Bölge olabildiğince dağlardan oluşur:
Haiti topraklarına ayak bastığınız andan itibaren kendinizi ya bir dağın üzerinde bulacaksınız ya da bir dağa bakıyor olacaksınız. Ada sınırlarının neredeyse tamamı sıradağlardan oluşur. Aslında Haiti kelimesi yerlilerin konuştuğu Taino dilinde dağlık arazi anlamına gelmektedir. Bu nedenle bölgeye giden turistlerin en çok katıldığı aktivitelerden biri de uzun dağ yürüyüşleri yapmaktır.
Her zaman Haiti’de yaz:
Tropikal iklim kuşağında yer alan Haiti’ye yılın hangi döneminde giderseniz gidin yaz mevsimiyle karşılaşacaksınız. En soğuk havalarda bile hava biraz soğuyor, Bu nedenle ülkenin kıyıları yılın her döneminde dünyanın birçok farklı noktasından turist çekmektedir. Labadee, Arcadins ve Ance Blanche gibi dünyaca ünlü plajlar da bembeyaz kumlarıyla öne çıkıyor.
Karayipler’deki en derin mağara Haiti’dedir:
Karayip Denizi’ndeki adalar dağlık bir yapıya sahiptir ancak Haiti hariç mağaralar açısından çok güçlü değildirler.

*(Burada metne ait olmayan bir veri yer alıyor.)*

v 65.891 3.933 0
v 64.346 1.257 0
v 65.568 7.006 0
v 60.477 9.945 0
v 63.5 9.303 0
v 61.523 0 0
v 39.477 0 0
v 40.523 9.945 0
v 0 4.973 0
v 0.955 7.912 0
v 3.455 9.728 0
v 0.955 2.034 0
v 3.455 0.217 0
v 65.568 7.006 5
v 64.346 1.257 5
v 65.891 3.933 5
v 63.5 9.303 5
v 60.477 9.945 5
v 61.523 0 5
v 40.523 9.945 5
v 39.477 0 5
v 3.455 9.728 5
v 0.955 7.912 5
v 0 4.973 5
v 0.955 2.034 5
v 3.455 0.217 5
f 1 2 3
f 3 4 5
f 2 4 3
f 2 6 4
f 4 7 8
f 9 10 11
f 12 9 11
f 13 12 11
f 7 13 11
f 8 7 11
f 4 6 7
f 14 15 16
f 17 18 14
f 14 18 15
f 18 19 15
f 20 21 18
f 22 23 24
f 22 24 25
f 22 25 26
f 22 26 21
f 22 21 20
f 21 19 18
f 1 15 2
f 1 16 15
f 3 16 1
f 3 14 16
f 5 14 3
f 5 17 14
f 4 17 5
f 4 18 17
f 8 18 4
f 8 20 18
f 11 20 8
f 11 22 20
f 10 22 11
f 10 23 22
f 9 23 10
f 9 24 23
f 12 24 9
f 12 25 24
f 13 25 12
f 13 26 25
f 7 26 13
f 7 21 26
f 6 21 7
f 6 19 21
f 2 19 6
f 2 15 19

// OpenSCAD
$fn = 32;

// ----------------------------------------------------------------------
// Lever arm: two bosses 10 and 10 mm, 35 mm between centres
// ----------------------------------------------------------------------

// --- parameters (mm) ---
profile_height = 5;       // extrusion height
profile_points = 13;      // points of the closed outline

profile = [[0, 4.973], [0.955, 2.034], [3.455, 0.217], [39.477, 0], [61.523, 0], [64.346, 1.257], [65.891, 3.933], [65.568, 7.006], [63.5, 9.303], [60.477, 9.945], [40.523, 9.945], [3.455, 9.728], [0.955, 7.912]];  // single closed polygon, 13 points, counter clockwise

// --- the one profile operation ---
linear_extrude(height = profile_height) polygon(points = profile);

Sıradağlarla kaplı Haiti’nin altında birçok mağara var. Bunlardan biri Grotte Marie Jeanne mağarasıdır. dört kilometre uzunluğunda Karayipler’deki en derin mağaradır. Mağara en bilinen turistik yerlerden biridir.
UNESCO miras listesinde yer alan yemekleri vardır:
Haiti’nin uzun yıllar koloni olarak kalmasına rağmen kültürünü koruduğunu söyledik ve bunun en büyük örneğini mutfak kültüründe görüyoruz. Yöre halkının yaptığı Joumou adlı bir çorba var. Yılın özel günlerinde ve bayramlarda yapılan bu çorbada sebze ve et yer alır. Daha birçok yemeğin ortasında Bu çorbanın öne çıkmasının nedeni UNESCO tarafından İnsanlığın Somut Olmayan Kültürel Mirası listesine dahil edilmiştir. Ülkede her yemeğin bol miktarda baharat içerdiğini belirtmek gerekir.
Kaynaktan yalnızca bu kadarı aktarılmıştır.